### MATERIALS PROVIDED
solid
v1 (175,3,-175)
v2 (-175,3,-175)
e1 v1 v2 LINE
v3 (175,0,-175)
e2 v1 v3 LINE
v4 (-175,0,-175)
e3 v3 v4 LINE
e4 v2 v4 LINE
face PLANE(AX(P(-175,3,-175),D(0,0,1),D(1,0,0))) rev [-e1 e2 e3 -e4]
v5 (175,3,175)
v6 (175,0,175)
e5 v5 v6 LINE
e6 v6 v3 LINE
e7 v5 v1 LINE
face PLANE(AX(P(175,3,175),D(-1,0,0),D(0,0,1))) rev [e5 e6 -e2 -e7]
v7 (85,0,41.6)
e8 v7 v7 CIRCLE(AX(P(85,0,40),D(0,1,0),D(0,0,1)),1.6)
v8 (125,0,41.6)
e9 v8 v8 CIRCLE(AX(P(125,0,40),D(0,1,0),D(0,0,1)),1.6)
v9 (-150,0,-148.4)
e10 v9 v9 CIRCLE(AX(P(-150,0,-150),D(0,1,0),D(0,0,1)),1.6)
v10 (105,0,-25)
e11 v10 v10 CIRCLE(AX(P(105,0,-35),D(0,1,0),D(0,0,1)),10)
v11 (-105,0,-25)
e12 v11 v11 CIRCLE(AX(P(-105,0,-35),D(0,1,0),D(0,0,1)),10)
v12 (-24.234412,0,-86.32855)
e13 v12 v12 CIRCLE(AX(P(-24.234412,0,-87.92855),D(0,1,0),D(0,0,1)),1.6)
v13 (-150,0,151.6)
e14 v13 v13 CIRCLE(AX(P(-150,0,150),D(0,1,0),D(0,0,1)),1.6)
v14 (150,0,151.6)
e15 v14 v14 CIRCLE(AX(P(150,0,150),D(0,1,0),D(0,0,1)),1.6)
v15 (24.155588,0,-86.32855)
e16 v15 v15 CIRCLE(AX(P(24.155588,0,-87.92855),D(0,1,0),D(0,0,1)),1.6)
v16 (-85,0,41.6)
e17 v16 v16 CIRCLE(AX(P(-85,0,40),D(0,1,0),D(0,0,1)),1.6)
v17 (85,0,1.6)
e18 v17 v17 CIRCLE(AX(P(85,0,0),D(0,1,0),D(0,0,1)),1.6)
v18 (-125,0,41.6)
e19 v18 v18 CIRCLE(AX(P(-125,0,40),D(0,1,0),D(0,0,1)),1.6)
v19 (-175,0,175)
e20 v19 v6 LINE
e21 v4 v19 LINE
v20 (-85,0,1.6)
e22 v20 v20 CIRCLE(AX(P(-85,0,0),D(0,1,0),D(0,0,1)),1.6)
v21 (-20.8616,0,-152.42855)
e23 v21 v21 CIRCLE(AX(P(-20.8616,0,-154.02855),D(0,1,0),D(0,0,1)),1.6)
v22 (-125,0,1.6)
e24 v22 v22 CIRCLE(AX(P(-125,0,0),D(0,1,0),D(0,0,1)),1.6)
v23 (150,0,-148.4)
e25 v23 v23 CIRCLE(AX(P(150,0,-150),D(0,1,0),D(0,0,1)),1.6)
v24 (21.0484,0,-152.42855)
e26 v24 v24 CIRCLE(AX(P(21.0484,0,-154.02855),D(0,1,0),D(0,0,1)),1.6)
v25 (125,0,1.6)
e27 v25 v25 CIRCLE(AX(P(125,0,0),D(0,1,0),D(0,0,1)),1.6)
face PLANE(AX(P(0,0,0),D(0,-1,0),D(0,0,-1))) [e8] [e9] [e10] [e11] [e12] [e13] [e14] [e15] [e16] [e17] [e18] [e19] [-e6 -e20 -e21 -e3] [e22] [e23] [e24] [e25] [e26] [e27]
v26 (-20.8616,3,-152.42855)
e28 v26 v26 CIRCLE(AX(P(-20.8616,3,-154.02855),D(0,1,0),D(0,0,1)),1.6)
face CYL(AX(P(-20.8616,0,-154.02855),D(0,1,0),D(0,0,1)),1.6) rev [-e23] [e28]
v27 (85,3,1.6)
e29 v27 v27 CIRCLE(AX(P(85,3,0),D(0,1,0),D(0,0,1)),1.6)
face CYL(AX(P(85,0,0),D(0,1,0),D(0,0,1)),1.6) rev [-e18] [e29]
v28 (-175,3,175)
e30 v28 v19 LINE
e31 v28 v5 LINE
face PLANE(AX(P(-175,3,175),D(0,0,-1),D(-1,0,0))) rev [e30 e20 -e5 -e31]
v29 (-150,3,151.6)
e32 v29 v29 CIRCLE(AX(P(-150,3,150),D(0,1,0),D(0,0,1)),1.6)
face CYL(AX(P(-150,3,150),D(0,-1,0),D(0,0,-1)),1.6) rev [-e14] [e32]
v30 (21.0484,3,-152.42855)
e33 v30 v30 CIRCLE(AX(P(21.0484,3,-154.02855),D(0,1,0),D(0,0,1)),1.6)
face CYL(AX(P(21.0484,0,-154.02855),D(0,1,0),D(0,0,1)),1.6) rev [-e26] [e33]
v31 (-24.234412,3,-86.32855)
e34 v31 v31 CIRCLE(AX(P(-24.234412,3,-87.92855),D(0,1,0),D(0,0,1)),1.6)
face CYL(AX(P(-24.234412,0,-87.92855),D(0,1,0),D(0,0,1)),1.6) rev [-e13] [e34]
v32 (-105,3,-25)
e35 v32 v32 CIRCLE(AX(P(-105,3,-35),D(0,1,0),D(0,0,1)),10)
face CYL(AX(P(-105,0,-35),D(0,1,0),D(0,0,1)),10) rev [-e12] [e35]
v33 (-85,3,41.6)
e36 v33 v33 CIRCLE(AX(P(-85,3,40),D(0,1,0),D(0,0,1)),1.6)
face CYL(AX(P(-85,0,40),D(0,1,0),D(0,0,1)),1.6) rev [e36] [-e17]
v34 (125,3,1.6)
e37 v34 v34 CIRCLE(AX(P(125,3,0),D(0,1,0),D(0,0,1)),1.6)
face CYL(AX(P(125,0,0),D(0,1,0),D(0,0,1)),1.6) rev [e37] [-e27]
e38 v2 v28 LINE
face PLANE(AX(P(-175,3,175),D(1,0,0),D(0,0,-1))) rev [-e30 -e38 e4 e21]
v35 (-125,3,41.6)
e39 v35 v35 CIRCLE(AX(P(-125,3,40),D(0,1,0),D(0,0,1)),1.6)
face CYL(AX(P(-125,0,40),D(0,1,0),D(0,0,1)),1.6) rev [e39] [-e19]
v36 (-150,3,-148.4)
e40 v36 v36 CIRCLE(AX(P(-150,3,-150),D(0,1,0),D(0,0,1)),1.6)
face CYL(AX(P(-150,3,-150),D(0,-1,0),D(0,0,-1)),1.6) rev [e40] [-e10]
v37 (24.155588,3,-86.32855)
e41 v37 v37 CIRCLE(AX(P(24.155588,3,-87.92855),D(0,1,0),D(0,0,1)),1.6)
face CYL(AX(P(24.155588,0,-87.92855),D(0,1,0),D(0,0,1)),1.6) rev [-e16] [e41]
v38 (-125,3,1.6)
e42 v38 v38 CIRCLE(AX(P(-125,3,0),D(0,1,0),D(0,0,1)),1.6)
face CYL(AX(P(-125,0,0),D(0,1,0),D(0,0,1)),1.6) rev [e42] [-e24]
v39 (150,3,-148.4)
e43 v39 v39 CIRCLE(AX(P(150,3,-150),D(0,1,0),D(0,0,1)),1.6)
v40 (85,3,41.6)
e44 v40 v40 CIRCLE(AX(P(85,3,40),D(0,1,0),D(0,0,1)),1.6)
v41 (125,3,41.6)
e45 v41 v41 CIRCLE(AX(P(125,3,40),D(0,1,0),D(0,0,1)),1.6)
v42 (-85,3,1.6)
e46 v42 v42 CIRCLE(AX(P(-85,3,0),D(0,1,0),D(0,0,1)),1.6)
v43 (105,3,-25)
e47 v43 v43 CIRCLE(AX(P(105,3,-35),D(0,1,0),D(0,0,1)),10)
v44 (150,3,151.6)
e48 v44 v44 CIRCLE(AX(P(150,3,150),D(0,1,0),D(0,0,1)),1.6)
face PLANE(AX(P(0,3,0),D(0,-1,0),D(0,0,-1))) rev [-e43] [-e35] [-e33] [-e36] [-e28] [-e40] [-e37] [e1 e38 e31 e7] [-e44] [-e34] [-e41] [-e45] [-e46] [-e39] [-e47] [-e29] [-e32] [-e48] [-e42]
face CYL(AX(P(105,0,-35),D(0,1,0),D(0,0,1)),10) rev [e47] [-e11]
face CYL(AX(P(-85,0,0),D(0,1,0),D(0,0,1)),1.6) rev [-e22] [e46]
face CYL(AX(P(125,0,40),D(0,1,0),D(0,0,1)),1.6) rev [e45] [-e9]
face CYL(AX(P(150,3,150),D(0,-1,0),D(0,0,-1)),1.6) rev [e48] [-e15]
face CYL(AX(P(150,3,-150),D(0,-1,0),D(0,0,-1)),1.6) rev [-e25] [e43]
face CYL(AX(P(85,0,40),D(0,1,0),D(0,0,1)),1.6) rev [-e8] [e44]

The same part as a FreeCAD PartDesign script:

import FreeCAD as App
import Part
import Sketcher
Q = App.Units.Quantity

doc = App.newDocument("Part")
body = doc.addObject("PartDesign::Body", "Body")

# Sketch on XZ plane
sketch1 = body.newObject("Sketcher::SketchObject", "Sketch")
sketch1.AttachmentSupport = (doc.getObject("XZ_Plane"), [""])
sketch1.MapMode = "FlatFace"
sketch1.addGeometry(Part.LineSegment(App.Vector(-175, -175, 0), App.Vector(-175, 175, 0)), False)
sketch1.addGeometry(Part.LineSegment(App.Vector(-175, 175, 0), App.Vector(175, 175, 0)), False)
sketch1.addGeometry(Part.LineSegment(App.Vector(175, 175, 0), App.Vector(175, -175, 0)), False)
sketch1.addGeometry(Part.LineSegment(App.Vector(175, -175, 0), App.Vector(-175, -175, 0)), False)
sketch1.addGeometry(Part.Circle(App.Vector(-150, 150, 0), App.Vector(0, 0, 1), 1.6), False)
sketch1.addGeometry(Part.Circle(App.Vector(150, 150, 0), App.Vector(0, 0, 1), 1.6), False)
sketch1.addGeometry(Part.Circle(App.Vector(-150, -150, 0), App.Vector(0, 0, 1), 1.6), False)
sketch1.addGeometry(Part.Circle(App.Vector(150, -150, 0), App.Vector(0, 0, 1), 1.6), False)
sketch1.addConstraint(Sketcher.Constraint("Coincident", 0, 2, 1, 1))
sketch1.addConstraint(Sketcher.Constraint("Coincident", 1, 2, 2, 1))
sketch1.addConstraint(Sketcher.Constraint("Coincident", 2, 2, 3, 1))
sketch1.addConstraint(Sketcher.Constraint("Coincident", 3, 2, 0, 1))
sketch1.addConstraint(Sketcher.Constraint("Vertical", 0))
sketch1.addConstraint(Sketcher.Constraint("Horizontal", 1))
sketch1.addConstraint(Sketcher.Constraint("Vertical", 2))
sketch1.addConstraint(Sketcher.Constraint("Horizontal", 3))
sketch1.addConstraint(Sketcher.Constraint("Equal", 4, 5))
sketch1.addConstraint(Sketcher.Constraint("Equal", 5, 6))
sketch1.addConstraint(Sketcher.Constraint("Equal", 6, 7))
sketch1.addConstraint(Sketcher.Constraint("Symmetric", 5, 3, 6, 3, -1, 1))
sketch1.addConstraint(Sketcher.Constraint("Symmetric", 4, 3, 7, 3, -1, 1))
sketch1.addConstraint(Sketcher.Constraint("Symmetric", 0, 2, 2, 2, -1, 1))
sketch1.addConstraint(Sketcher.Constraint("Symmetric", 4, 3, 5, 3, -2))
sketch1.addConstraint(Sketcher.Constraint("Equal", 3, 0))
sketch1.addConstraint(Sketcher.Constraint("Diameter", 4, Q("3.2 mm")))
sketch1.addConstraint(Sketcher.Constraint("DistanceX", 1, 1, 1, 2, Q("350 mm")))
sketch1.addConstraint(Sketcher.Constraint("DistanceX", 4, 3, -1, 1, Q("150 mm")))
sketch1.addConstraint(Sketcher.Constraint("DistanceY", -1, 1, 4, 3, Q("150 mm")))
pad1 = body.newObject("PartDesign::Pad", "Pad")
pad1.Profile = sketch1
pad1.Length = 3
pad1.Reversed = True

# Sketch on XZ plane
sketch2 = body.newObject("Sketcher::SketchObject", "Sketch001")
sketch2.AttachmentSupport = (doc.getObject("XZ_Plane"), [""])
sketch2.MapMode = "FlatFace"
sketch2.AttachmentOffset = App.Placement(App.Vector(0, 0, -3), App.Rotation())
sketch2.addGeometry(Part.Circle(App.Vector(-105, -35, 0), App.Vector(0, 0, 1), 10), False)
sketch2.addGeometry(Part.Circle(App.Vector(105, -35, 0), App.Vector(0, 0, 1), 10), False)
sketch2.addGeometry(Part.Circle(App.Vector(-20.9, -154, 0), App.Vector(0, 0, 1), 1.6), False)
sketch2.addGeometry(Part.Circle(App.Vector(-24.2, -87.9, 0), App.Vector(0, 0, 1), 1.6), False)
sketch2.addGeometry(Part.Circle(App.Vector(21, -154, 0), App.Vector(0, 0, 1), 1.6), False)
sketch2.addGeometry(Part.Circle(App.Vector(24.2, -87.9, 0), App.Vector(0, 0, 1), 1.6), False)
sketch2.addGeometry(Part.Circle(App.Vector(-125, 0, 0), App.Vector(0, 0, 1), 1.6), False)
sketch2.addGeometry(Part.Circle(App.Vector(-85, 0, 0), App.Vector(0, 0, 1), 1.6), False)
sketch2.addGeometry(Part.Circle(App.Vector(-125, 40, 0), App.Vector(0, 0, 1), 1.6), False)
sketch2.addGeometry(Part.Circle(App.Vector(-85, 40, 0), App.Vector(0, 0, 1), 1.6), False)
sketch2.addGeometry(Part.Circle(App.Vector(85, 0, 0), App.Vector(0, 0, 1), 1.6), False)
sketch2.addGeometry(Part.Circle(App.Vector(125, 0, 0), App.Vector(0, 0, 1), 1.6), False)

### TASK BRIEF
Using the records above, copy word for word the line with "e6 v6 v3 LINE", the line with "v18 (-125,0,41.6)", and every line between them.

### SOLUTION FOR THIS TASK
e6 v6 v3 LINE
e7 v5 v1 LINE
face PLANE(AX(P(175,3,175),D(-1,0,0),D(0,0,1))) rev [e5 e6 -e2 -e7]
v7 (85,0,41.6)
e8 v7 v7 CIRCLE(AX(P(85,0,40),D(0,1,0),D(0,0,1)),1.6)
v8 (125,0,41.6)
e9 v8 v8 CIRCLE(AX(P(125,0,40),D(0,1,0),D(0,0,1)),1.6)
v9 (-150,0,-148.4)
e10 v9 v9 CIRCLE(AX(P(-150,0,-150),D(0,1,0),D(0,0,1)),1.6)
v10 (105,0,-25)
e11 v10 v10 CIRCLE(AX(P(105,0,-35),D(0,1,0),D(0,0,1)),10)
v11 (-105,0,-25)
e12 v11 v11 CIRCLE(AX(P(-105,0,-35),D(0,1,0),D(0,0,1)),10)
v12 (-24.234412,0,-86.32855)
e13 v12 v12 CIRCLE(AX(P(-24.234412,0,-87.92855),D(0,1,0),D(0,0,1)),1.6)
v13 (-150,0,151.6)
e14 v13 v13 CIRCLE(AX(P(-150,0,150),D(0,1,0),D(0,0,1)),1.6)
v14 (150,0,151.6)
e15 v14 v14 CIRCLE(AX(P(150,0,150),D(0,1,0),D(0,0,1)),1.6)
v15 (24.155588,0,-86.32855)
e16 v15 v15 CIRCLE(AX(P(24.155588,0,-87.92855),D(0,1,0),D(0,0,1)),1.6)
v16 (-85,0,41.6)
e17 v16 v16 CIRCLE(AX(P(-85,0,40),D(0,1,0),D(0,0,1)),1.6)
v17 (85,0,1.6)
e18 v17 v17 CIRCLE(AX(P(85,0,0),D(0,1,0),D(0,0,1)),1.6)
v18 (-125,0,41.6)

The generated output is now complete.